La genèse des musées sous-marins
En 2004, l’ouragan Ivan, surnommé « le terrible », a frappé les Petites Antilles, dont l’île de la Grenade. Dans ce contexte de dévastation, Jason deCaires Taylor, sculpteur britannique également titulaire d’un monitorat de plongée, prend la décision de créer un récif artificiel. À Molinere, il élabore des sculptures en béton durable (ciment, sable et micro silice) au pH neutre, qui offrent une surface rugueuse et texturée pour les polypes de corail. Les plis des vêtements de ses personnages deviennent des refuges pour poissons et crustacés.

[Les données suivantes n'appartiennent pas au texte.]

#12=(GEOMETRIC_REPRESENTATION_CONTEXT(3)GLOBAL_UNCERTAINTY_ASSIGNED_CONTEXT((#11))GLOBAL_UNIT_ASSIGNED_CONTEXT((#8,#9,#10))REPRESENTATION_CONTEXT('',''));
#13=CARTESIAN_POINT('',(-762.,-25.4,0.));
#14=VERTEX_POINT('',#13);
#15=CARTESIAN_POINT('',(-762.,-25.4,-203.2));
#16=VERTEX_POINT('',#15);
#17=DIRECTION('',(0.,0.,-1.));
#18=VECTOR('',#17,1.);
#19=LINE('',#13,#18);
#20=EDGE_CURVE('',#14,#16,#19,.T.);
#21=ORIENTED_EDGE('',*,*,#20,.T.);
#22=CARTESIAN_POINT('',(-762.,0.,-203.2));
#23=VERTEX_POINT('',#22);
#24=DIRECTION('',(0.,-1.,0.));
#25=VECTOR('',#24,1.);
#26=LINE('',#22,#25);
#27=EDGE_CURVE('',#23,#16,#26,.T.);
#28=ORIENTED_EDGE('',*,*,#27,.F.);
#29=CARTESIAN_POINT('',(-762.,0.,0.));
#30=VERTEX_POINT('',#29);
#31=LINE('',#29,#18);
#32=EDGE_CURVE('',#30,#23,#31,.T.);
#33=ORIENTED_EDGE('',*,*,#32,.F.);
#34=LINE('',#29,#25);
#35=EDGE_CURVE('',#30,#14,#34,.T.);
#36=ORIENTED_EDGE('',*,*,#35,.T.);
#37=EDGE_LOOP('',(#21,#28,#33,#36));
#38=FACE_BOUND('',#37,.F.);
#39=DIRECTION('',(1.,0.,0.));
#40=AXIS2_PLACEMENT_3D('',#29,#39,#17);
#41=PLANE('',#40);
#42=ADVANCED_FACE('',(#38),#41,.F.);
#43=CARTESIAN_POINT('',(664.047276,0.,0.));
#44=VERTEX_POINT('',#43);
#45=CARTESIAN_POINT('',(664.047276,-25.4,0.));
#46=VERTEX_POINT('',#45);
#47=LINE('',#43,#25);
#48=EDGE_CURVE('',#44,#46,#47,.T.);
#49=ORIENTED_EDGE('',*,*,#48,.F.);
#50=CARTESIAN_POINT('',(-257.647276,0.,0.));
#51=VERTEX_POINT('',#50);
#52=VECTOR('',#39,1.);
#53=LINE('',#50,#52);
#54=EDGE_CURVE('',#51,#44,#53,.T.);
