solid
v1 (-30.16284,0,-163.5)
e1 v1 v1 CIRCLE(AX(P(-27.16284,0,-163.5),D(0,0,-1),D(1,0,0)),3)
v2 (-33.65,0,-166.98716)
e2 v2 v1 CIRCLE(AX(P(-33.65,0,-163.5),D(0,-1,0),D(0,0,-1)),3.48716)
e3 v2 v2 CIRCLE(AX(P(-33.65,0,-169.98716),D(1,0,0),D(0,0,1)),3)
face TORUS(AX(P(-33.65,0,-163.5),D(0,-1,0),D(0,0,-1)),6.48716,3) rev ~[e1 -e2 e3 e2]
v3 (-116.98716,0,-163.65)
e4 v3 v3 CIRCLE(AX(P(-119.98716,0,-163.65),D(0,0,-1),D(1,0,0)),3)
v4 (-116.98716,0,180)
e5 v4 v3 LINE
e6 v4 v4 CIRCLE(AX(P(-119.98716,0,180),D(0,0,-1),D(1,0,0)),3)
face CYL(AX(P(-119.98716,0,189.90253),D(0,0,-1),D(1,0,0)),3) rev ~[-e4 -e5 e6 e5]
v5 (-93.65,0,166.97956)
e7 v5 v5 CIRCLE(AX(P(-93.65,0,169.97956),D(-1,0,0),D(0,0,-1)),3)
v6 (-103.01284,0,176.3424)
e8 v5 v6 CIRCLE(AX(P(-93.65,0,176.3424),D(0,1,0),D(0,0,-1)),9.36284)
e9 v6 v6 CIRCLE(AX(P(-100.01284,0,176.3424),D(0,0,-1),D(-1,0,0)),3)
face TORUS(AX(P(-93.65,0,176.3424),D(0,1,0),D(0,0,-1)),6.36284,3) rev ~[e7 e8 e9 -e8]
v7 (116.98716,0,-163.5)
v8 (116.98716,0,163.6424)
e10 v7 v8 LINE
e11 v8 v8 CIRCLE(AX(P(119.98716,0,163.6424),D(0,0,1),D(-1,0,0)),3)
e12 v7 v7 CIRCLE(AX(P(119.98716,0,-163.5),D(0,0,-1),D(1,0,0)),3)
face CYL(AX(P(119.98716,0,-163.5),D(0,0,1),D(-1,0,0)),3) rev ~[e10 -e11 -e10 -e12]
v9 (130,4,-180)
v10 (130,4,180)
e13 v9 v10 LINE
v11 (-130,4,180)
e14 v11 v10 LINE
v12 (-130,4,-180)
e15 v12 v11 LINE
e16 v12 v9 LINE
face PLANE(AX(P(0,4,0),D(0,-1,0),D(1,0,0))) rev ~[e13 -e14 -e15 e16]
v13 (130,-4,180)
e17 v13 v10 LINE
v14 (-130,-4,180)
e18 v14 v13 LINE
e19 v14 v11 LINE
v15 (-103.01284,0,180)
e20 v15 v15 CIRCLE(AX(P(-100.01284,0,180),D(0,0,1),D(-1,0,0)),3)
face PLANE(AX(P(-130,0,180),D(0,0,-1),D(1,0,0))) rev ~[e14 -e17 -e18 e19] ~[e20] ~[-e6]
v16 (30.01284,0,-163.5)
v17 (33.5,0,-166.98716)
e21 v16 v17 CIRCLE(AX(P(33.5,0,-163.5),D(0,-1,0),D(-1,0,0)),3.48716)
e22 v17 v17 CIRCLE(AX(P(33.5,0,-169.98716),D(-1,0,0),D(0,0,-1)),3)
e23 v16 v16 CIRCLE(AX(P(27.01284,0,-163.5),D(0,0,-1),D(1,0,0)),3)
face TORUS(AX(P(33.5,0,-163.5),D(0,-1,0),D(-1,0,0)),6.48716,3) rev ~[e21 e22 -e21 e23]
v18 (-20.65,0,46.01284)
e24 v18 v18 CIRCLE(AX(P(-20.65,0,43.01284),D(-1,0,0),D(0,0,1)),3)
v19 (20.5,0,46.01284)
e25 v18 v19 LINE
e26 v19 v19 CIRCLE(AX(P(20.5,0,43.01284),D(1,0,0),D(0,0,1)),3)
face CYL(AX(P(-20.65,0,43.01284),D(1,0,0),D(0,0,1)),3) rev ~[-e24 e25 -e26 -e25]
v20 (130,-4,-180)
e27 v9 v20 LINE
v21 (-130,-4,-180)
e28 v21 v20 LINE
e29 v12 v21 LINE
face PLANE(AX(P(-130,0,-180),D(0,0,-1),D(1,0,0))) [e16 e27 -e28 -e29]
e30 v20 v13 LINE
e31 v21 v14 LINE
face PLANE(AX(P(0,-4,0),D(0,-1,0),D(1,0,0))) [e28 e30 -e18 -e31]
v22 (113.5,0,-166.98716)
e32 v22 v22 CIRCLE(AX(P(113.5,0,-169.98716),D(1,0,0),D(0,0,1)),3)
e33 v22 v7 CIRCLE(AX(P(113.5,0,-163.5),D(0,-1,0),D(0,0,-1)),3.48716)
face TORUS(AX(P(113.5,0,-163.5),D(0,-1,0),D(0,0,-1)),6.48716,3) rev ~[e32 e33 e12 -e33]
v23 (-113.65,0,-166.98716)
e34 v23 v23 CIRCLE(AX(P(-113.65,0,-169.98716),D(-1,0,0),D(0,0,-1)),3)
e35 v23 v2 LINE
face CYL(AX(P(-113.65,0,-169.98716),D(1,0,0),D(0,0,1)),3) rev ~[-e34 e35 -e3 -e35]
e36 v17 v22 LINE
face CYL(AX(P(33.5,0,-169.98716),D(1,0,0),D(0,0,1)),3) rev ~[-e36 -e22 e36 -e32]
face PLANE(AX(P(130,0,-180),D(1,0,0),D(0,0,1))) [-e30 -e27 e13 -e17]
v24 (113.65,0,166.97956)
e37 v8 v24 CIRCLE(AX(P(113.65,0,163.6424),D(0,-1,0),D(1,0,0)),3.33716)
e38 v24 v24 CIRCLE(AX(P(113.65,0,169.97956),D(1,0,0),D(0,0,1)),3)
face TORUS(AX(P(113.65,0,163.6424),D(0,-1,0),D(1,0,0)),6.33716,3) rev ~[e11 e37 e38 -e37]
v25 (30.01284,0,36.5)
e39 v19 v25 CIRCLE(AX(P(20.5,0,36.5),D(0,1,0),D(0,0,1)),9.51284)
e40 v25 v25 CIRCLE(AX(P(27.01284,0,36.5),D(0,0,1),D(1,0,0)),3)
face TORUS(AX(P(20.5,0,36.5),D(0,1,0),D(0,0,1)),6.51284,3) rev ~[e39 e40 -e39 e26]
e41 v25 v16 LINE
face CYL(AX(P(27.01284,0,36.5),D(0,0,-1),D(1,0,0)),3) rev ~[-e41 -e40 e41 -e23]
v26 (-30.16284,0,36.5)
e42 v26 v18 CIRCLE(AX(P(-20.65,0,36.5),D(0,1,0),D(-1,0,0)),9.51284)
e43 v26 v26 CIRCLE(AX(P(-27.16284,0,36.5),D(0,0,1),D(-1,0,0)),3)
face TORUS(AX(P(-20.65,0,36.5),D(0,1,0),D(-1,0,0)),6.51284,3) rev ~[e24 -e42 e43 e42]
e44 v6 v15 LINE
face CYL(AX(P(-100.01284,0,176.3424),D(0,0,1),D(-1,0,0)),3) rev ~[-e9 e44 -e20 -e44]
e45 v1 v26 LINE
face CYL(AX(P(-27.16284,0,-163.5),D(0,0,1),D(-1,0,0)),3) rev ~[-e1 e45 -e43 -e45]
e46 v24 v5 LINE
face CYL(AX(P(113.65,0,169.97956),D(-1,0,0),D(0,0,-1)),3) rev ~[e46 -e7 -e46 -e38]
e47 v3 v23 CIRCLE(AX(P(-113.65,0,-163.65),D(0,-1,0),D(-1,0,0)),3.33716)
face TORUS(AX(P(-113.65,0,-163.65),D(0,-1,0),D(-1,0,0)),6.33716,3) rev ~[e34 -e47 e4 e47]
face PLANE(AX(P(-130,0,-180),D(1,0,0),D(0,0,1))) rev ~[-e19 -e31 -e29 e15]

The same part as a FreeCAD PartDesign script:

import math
import FreeCAD as App
import Part
import Sketcher
from FreeCAD import Vector
Q = App.Units.Quantity

doc = App.newDocument("Part")
body = doc.addObject("PartDesign::Body", "Body")

# Sketch on XZ plane
sketch1 = body.newObject("Sketcher::SketchObject", "Sketch")
sketch1.AttachmentSupport = (doc.getObject("XZ_Plane"), [""])
sketch1.MapMode = "FlatFace"
sketch1.addGeometry([
    Part.LineSegment(Vector(-130, 180, 0), Vector(-130, -180, 0)),
    Part.LineSegment(Vector(-130, -180, 0), Vector(130, -180, 0)),
    Part.LineSegment(Vector(130, -180, 0), Vector(130, 180, 0)),
    Part.LineSegment(Vector(130, 180, 0), Vector(-130, 180, 0)),
], False)
sketch1.addConstraint([
    Sketcher.Constraint("Coincident", 0, 2, 1, 1),
    Sketcher.Constraint("Coincident", 1, 2, 2, 1),
    Sketcher.Constraint("Coincident", 2, 2, 3, 1),
    Sketcher.Constraint("Coincident", 3, 2, 0, 1),
    Sketcher.Constraint("Vertical", 0),
    Sketcher.Constraint("Horizontal", 1),
    Sketcher.Constraint("Vertical", 2),
    Sketcher.Constraint("Horizontal", 3),
    Sketcher.Constraint("Symmetric", 0, 2, 2, 2, -1, 1),
    Sketcher.Constraint("DistanceX", 1, 1, 1, 2, Q("260 mm")),
    Sketcher.Constraint("DistanceY", 0, 2, 0, 1, Q("360 mm")),
])
pad1 = body.newObject("PartDesign::Pad", "Pad")
pad1.Profile = sketch1
pad1.Length = 8
pad1.Midplane = True

# Sketch on XY plane
sketch2 = body.newObject("Sketcher::SketchObject", "Sketch001")
sketch2.AttachmentSupport = (doc.getObject("XY_Plane"), [""])
sketch2.MapMode = "FlatFace"
sketch2.AttachmentOffset = App.Placement(Vector(0, 0, 189.90253), App.Rotation())
sketch2.addGeometry(Part.Circle(Vector(-120, 0, 0), Vector(0, 0, 1), 3), False)
sketch2.addConstraint([
    Sketcher.Constraint("PointOnObject", 0, 3, -1),
    Sketcher.Constraint("Diameter", 0, Q("6 mm")),
    Sketcher.Constraint("DistanceX", 0, 3, -1, 1, Q("119.98716 mm")),
])

# Sketch on XZ plane
sketch3 = body.newObject("Sketcher::SketchObject", "Sketch002")
sketch3.AttachmentSupport = (doc.getObject("XZ_Plane"), [""])
sketch3.MapMode = "FlatFace"
sketch3.addGeometry([
    Part.LineSegment(Vector(-120, 190, 0), Vector(-120, -164, 0)),  # 0
    Part.ArcOfCircle(Part.Circle(Vector(-114, -164, 0), Vector(0, 0, 1), 6), math.radians(180), math.radians(270)),  # 1
    Part.LineSegment(Vector(-114, -170, 0), Vector(-34, -170, 0)),  # 2
    Part.ArcOfCircle(Part.Circle(Vector(-34, -164, 0), Vector(0, 0, 1), 6), math.radians(-90), math.radians(0)),  # 3
    Part.LineSegment(Vector(-27, -164, 0), Vector(-27, 36, 0)),  # 4
    Part.ArcOfCircle(Part.Circle(Vector(-21, 36, 0), Vector(0, 0, 1), 6), math.radians(90), math.radians(180)),  # 5
    Part.LineSegment(Vector(-21, 43, 0), Vector(20, 43, 0)),  # 6
    Part.ArcOfCircle(Part.Circle(Vector(20, 36, 0), Vector(0, 0, 1), 6), math.radians(0), math.radians(90)),  # 7
    Part.LineSegment(Vector(27, 36, 0), Vector(27, -164, 0)),  # 8
    Part.ArcOfCircle(Part.Circle(Vector(34, -164, 0), Vector(0, 0, 1), 6), math.radians(180), math.radians(270)),  # 9
    Part.LineSegment(Vector(34, -170, 0), Vector(114, -170, 0)),  # 10
    Part.ArcOfCircle(Part.Circle(Vector(114, -164, 0), Vector(0, 0, 1), 6), math.radians(-90), math.radians(0)),  # 11
    Part.LineSegment(Vector(120, -164, 0), Vector(120, 164, 0)),  # 12
    Part.ArcOfCircle(Part.Circle(Vector(114, 164, 0), Vector(0, 0, 1), 6), math.radians(0), math.radians(90)),  # 13
    Part.LineSegment(Vector(114, 170, 0), Vector(-94, 170, 0)),  # 14
    Part.ArcOfCircle(Part.Circle(Vector(-94, 176, 0), Vector(0, 0, 1), 6), math.radians(180), math.radians(270)),  # 15
    Part.LineSegment(Vector(-100, 176, 0), Vector(-100, 190, 0)),  # 16
], False)
sketch3.addConstraint([
    Sketcher.Constraint("Tangent", 0, 2, 1, 1),
    Sketcher.Constraint("Tangent", 1, 2, 2, 1),
    Sketcher.Constraint("Tangent", 2, 2, 3, 1),
    Sketcher.Constraint("Tangent", 3, 2, 4, 1),
    Sketcher.Constraint("Tangent", 4, 2, 5, 2),
    Sketcher.Constraint("Tangent", 5, 1, 6, 1),
    Sketcher.Constraint("Tangent", 6, 2, 7, 2),
    Sketcher.Constraint("Tangent", 7, 1, 8, 1),
    Sketcher.Constraint("Tangent", 8, 2, 9, 1),
    Sketcher.Constraint("Tangent", 9, 2, 10, 1),
    Sketcher.Constraint("Tangent", 10, 2, 11, 1),
    Sketcher.Constraint("Tangent", 11, 2, 12, 1),
    Sketcher.Constraint("Tangent", 12, 2, 13, 1),
    Sketcher.Constraint("Tangent", 13, 2, 14, 1),
    Sketcher.Constraint("Tangent", 14, 2, 15, 2),
    Sketcher.Constraint("Tangent", 15, 1, 16, 1),
    Sketcher.Constraint("Vertical", 0),
    Sketcher.Constraint("Horizontal", 2),
    Sketcher.Constraint("Vertical", 4),
    Sketcher.Constraint("Horizontal", 6),
    Sketcher.Constraint("Vertical", 8),
    Sketcher.Constraint("Horizontal", 10),
    Sketcher.Constraint("Vertical", 12),
    Sketcher.Constraint("Horizontal", 14),
    Sketcher.Constraint("Vertical", 16),
    Sketcher.Constraint("Equal", 3, 5),
    Sketcher.Constraint("Equal", 5, 7),
    Sketcher.Constraint("Equal", 7, 9),
    Sketcher.Constraint("Equal", 9, 11),
    Sketcher.Constraint("Equal", 1, 13),
    Sketcher.Constraint("Equal", 13, 15),
    Sketcher.Constraint("Horizontal", 3, 3, 9, 3),
    Sketcher.Constraint("Horizontal", 0, 1, 16, 2),
    Sketcher.Constraint("Equal", 2, 10),
    Sketcher.Constraint("Radius", 3, Q("6.5 mm")),
    Sketcher.Constraint("DistanceX", 2, 1, 2, 2, Q("80 mm")),
    Sketcher.Constraint("DistanceY", 4, 1, 4, 2, Q("200 mm")),
    Sketcher.Constraint("Radius", 1, Q("6.35 mm")),
    Sketcher.Constraint("DistanceX", 14, 2, 14, 1, Q("207.3 mm")),
    Sketcher.Constraint("DistanceX", 0, 1, -1, 1, Q("120 mm")),
    Sketcher.Constraint("DistanceY", 1, 2, -1, 1, Q("170 mm")),
    Sketcher.Constraint("DistanceX", -1, 1, 7, 1, Q("27 mm")),
    Sketcher.Constraint("DistanceY", 12, 1, 12, 2, Q("327.1424 mm")),
    Sketcher.Constraint("DistanceY", 0, 2, 0, 1, Q("353.55253 mm")),
])
doc.recompute()

subtractivepipe = body.newObject("PartDesign::SubtractivePipe", "SubtractivePipe")
subtractivepipe.Profile = sketch2
subtractivepipe.Spine = (sketch3, ["Edge1", "Edge2", "Edge3", "Edge4", "Edge5", "Edge6", "Edge7", "Edge8", "Edge9", "Edge10", "Edge11", "Edge12", "Edge13", "Edge14", "Edge15", "Edge16", "Edge17"])

doc.recompute()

L’installation, réalisée en 2006, est minutieusement chronométrée. Les sculptures doivent être immergées avant la période de reproduction des larves de corail, mais pas trop tôt afin d’éviter que d’autres espèces marines ne s’y introduisent. Grace Reef, la première série, compte seize corps féminins reposant à dix mètres de profondeur. Suivent The Lost Correspondent, qui évoque l’éruption du Vésuve et la crise cubaine, et Vicissitudes, une œuvre emblématique représentant une ronde de vingt-six enfants, symbole d’unité et d’hommage aux esclaves disparus lors de la traversée de l’Atlantique. Conscientes de la valeur écologique de ce récif, les autorités ont décidé de protéger la zone, aujourd’hui peuplée d’environ 600 sculptures sur 800 m².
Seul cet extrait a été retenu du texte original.